LittleKernel
LittleKernel is a Python DSL for writing CUDA kernels with full PTX-level
control. It generates CUDA source code from Python functions and compiles
them at runtime using nvcc.
Overview
LittleKernel bridges the gap between high-level frameworks (PyTorch, Triton) and hand-written CUDA/PTX. You write kernels as decorated Python functions using explicit types and intrinsics, and LittleKernel:
Parses the Python AST,
Runs compiler passes (type inference, memory allocation, constant folding, inlining),
Generates CUDA C++ source with inline PTX assembly,
Compiles via
nvccand wraps the result in a callable that interoperates with PyTorch tensors.
Architecture
python/little_kernel/
├── language/ # DSL types, decorators, intrinsics
│ └── intrin/ # Per-feature intrinsic modules
│ ├── wgmma.py # SM90 Tensor Core (WGMMA)
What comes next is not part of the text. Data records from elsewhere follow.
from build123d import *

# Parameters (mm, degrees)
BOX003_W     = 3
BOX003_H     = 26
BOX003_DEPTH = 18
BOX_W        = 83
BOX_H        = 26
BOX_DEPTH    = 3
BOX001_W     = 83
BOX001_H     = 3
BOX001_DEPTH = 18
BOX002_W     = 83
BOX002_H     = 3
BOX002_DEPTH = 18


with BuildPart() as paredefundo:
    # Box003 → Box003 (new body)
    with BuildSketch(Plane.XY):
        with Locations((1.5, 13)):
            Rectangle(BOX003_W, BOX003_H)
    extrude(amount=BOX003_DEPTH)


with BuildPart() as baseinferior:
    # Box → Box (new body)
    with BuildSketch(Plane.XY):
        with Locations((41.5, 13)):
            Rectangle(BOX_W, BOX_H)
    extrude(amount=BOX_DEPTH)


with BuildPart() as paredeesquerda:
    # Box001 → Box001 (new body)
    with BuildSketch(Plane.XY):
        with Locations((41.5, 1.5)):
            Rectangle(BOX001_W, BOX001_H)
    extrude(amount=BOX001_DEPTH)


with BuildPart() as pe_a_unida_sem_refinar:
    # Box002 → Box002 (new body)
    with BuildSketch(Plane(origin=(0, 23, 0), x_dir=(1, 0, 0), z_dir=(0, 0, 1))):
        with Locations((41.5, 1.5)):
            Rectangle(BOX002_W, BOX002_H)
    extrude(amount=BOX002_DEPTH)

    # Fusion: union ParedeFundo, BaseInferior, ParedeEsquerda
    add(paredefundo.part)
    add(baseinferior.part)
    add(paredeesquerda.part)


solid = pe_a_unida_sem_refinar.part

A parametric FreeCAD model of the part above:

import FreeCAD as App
import Part
import Sketcher

V = App.Vector
Q = App.Units.Quantity


def add_polygon(sketch, points):
    """Adds a closed chain of lines whose ends are joined by coincident constraints."""
    first, n = sketch.GeometryCount, len(points)
    for a, b in zip(points, points[1:] + points[:1]):
        sketch.addGeometry(Part.LineSegment(App.Vector(*a, 0), App.Vector(*b, 0)), False)
    for i in range(n):
        sketch.addConstraint(Sketcher.Constraint("Coincident", first + i, 2, first + (i + 1) % n, 1))

doc = App.newDocument("Part")
body = doc.addObject("PartDesign::Body", "Body")

# Sketch on XY plane
sketch1 = doc.addObject("Sketcher::SketchObject", "Sketch")
body.addObject(sketch1)
sketch1.AttachmentSupport = (doc.XY_Plane, [""])
sketch1.MapMode = "FlatFace"
add_polygon(sketch1, [(0, 26), (0, 0), (3, 0), (3, 26)])  # lines 0-3
sketch1.addConstraint(Sketcher.Constraint("Vertical", 0))
sketch1.addConstraint(Sketcher.Constraint("Horizontal", 1))
sketch1.addConstraint(Sketcher.Constraint("Vertical", 2))
sketch1.addConstraint(Sketcher.Constraint("Horizontal", 3))
sketch1.addConstraint(Sketcher.Constraint("Coincident", 0, 2, -1, 1))
sketch1.addConstraint(Sketcher.Constraint("DistanceX", 1, 1, 1, 2, Q("3 mm")))
sketch1.addConstraint(Sketcher.Constraint("DistanceY", 0, 2, 0, 1, Q("26 mm")))
pad1 = doc.addObject("PartDesign::Pad", "Pad")
body.addObject(pad1)
pad1.Profile = sketch1
pad1.Length = 18
body2 = doc.addObject("PartDesign::Body", "Body001")

# Sketch on XY plane
sketch2 = doc.addObject("Sketcher::SketchObject", "Sketch001")
body2.addObject(sketch2)
sketch2.AttachmentSupport = (doc.getObject("XY_Plane001"), [""])
sketch2.MapMode = "FlatFace"
add_polygon(sketch2, [(0, 26), (0, 0), (83, 0), (83, 26)])  # lines 0-3
sketch2.addConstraint(Sketcher.Constraint("Vertical", 0))
sketch2.addConstraint(Sketcher.Constraint("Horizontal", 1))
sketch2.addConstraint(Sketcher.Constraint("Vertical", 2))
sketch2.addConstraint(Sketcher.Constraint("Horizontal", 3))
sketch2.addConstraint(Sketcher.Constraint("Coincident", 0, 2, -1, 1))
sketch2.addConstraint(Sketcher.Constraint("DistanceX", 1, 1, 1, 2, Q("83 mm")))
sketch2.addConstraint(Sketcher.Constraint("DistanceY", 0, 2, 0, 1, Q("26 mm")))
pad2 = doc.addObject("PartDesign::Pad", "Pad001")
body2.addObject(pad2)
pad2.Profile = sketch2
pad2.Length = 3
body3 = doc.addObject("PartDesign::Body", "Body002")

# Sketch on XY plane
sketch3 = doc.addObject("Sketcher::SketchObject", "Sketch002")
body3.addObject(sketch3)
sketch3.AttachmentSupport = (doc.getObject("XY_Plane002"), [""])
sketch3.MapMode = "FlatFace"
add_polygon(sketch3, [(0, 3), (0, 0), (83, 0), (83, 3)])  # lines 0-3
sketch3.addConstraint(Sketcher.Constraint("Vertical", 0))
sketch3.addConstraint(Sketcher.Constraint("Horizontal", 1))
sketch3.addConstraint(Sketcher.Constraint("Vertical", 2))
sketch3.addConstraint(Sketcher.Constraint("Horizontal", 3))
sketch3.addConstraint(Sketcher.Constraint("Coincident", 0, 2, -1, 1))
sketch3.addConstraint(Sketcher.Constraint("DistanceX", 1, 1, 1, 2, Q("83 mm")))
sketch3.addConstraint(Sketcher.Constraint("DistanceY", 0, 2, 0, 1, Q("3 mm")))
pad3 = doc.addObject("PartDesign::Pad", "Pad002")
body3.addObject(pad3)
pad3.Profile = sketch3
pad3.Length = 18
body4 = doc.addObject("PartDesign::Body", "Body003")

# Sketch on XY plane
sketch4 = doc.addObject("Sketcher::SketchObject", "Sketch003")
body4.addObject(sketch4)
sketch4.AttachmentSupport = (doc.getObject("XY_Plane003"), [""])
sketch4.MapMode = "FlatFace"
add_polygon(sketch4, [(0, 26), (0, 23), (83, 23), (83, 26)])  # lines 0-3
sketch4.addConstraint(Sketcher.Constraint("Vertical", 0))
sketch4.addConstraint(Sketcher.Constraint("Horizontal", 1))
sketch4.addConstraint(Sketcher.Constraint("Vertical", 2))
sketch4.addConstraint(Sketcher.Constraint("Horizontal", 3))
sketch4.addConstraint(Sketcher.Constraint("PointOnObject", 0, 2, -2))
sketch4.addConstraint(Sketcher.Constraint("DistanceX", 1, 1, 1, 2, Q("83 mm")))
sketch4.addConstraint(Sketcher.Constraint("DistanceY", 0, 2, 0, 1, Q("3 mm")))
sketch4.addConstraint(Sketcher.Constraint("DistanceY", -1, 1, 0, 2, Q("23 mm")))
pad4 = doc.addObject("PartDesign::Pad", "Pad003")
body4.addObject(pad4)
pad4.Profile = sketch4
pad4.Length = 18
doc.recompute()

boolean = doc.addObject("PartDesign::Boolean", "Boolean")
body4.addObject(boolean)
boolean.Type = "Fuse"
boolean.addObjects([body])
doc.recompute()

boolean2 = doc.addObject("PartDesign::Boolean", "Boolean001")
body4.addObject(boolean2)
boolean2.Type = "Fuse"
boolean2.addObjects([body2])
doc.recompute()

boolean3 = doc.addObject("PartDesign::Boolean", "Boolean002")
body4.addObject(boolean3)
boolean3.Type = "Fuse"
boolean3.addObjects([body3])

doc.recompute()
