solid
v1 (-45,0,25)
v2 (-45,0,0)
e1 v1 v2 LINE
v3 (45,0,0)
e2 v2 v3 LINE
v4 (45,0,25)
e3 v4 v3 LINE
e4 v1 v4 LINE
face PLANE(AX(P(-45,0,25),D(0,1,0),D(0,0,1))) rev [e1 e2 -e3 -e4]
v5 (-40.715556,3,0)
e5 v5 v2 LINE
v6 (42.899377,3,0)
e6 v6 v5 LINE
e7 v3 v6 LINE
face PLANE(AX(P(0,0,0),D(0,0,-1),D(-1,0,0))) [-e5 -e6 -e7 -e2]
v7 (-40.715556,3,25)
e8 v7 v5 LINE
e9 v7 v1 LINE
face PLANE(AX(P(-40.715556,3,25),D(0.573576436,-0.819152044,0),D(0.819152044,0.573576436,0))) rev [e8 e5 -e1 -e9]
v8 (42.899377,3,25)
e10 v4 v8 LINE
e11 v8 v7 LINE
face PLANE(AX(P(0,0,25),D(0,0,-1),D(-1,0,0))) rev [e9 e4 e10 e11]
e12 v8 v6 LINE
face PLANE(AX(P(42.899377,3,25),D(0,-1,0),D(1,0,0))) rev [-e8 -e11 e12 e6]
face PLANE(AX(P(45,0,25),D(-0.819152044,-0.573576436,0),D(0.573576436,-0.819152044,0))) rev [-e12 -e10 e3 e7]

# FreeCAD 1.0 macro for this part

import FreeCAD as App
import Part
import Sketcher
from FreeCAD import Vector
Q = App.Units.Quantity

doc = App.newDocument("Part")
body = doc.addObject("PartDesign::Body", "Body")

sketch1 = body.newObject("Sketcher::SketchObject", "Sketch")
sketch1.AttachmentSupport = (doc.getObject("XY_Plane"), [""])
sketch1.MapMode = "FlatFace"
sketch1.addGeometry(Part.LineSegment(Vector(-45, 0, 0), Vector(45, 0, 0)), False)
sketch1.addGeometry(Part.LineSegment(Vector(45, 0, 0), Vector(42.899377, 3, 0)), False)
sketch1.addGeometry(Part.LineSegment(Vector(42.899377, 3, 0), Vector(-40.715556, 3, 0)), False)
sketch1.addGeometry(Part.LineSegment(Vector(-40.715556, 3, 0), Vector(-45, 0, 0)), False)
sketch1.addConstraint(Sketcher.Constraint("Coincident", 0, 2, 1, 1))
sketch1.addConstraint(Sketcher.Constraint("Coincident", 1, 2, 2, 1))
sketch1.addConstraint(Sketcher.Constraint("Coincident", 2, 2, 3, 1))
sketch1.addConstraint(Sketcher.Constraint("Coincident", 3, 2, 0, 1))
sketch1.addConstraint(Sketcher.Constraint("Horizontal", 0))
sketch1.addConstraint(Sketcher.Constraint("Horizontal", 2))
sketch1.addConstraint(Sketcher.Constraint("Symmetric", 0, 2, 3, 2, -1, 1))
sketch1.addConstraint(Sketcher.Constraint("Perpendicular", 1, 3))
sketch1.addConstraint(Sketcher.Constraint("DistanceX", 0, 1, 0, 2, 90.0))
sketch1.addConstraint(Sketcher.Constraint("Angle", 1, Q("125 deg")))
sketch1.addConstraint(Sketcher.Constraint("DistanceY", -1, 1, 1, 2, 3.0))
pad1 = body.newObject("PartDesign::Pad", "Pad")
pad1.Profile = sketch1
pad1.Length = 25

doc.recompute()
│ ├── umma.py # SM100 Tensor Core (UMMA / tcgen05)
│ ├── tma.py # Tensor Memory Accelerator
│ ├── barrier.py # MBarrier & cluster sync
│ └── ...
├── core/ # IR, passes, type system
│ └── passes/ # Compiler pipeline
├── codegen/ # CUDA code generation
├── runtime/ # nvcc compilation, TMA descriptors, kernel launch
├── atom/ # High-level building blocks (MMA, TMA, barriers)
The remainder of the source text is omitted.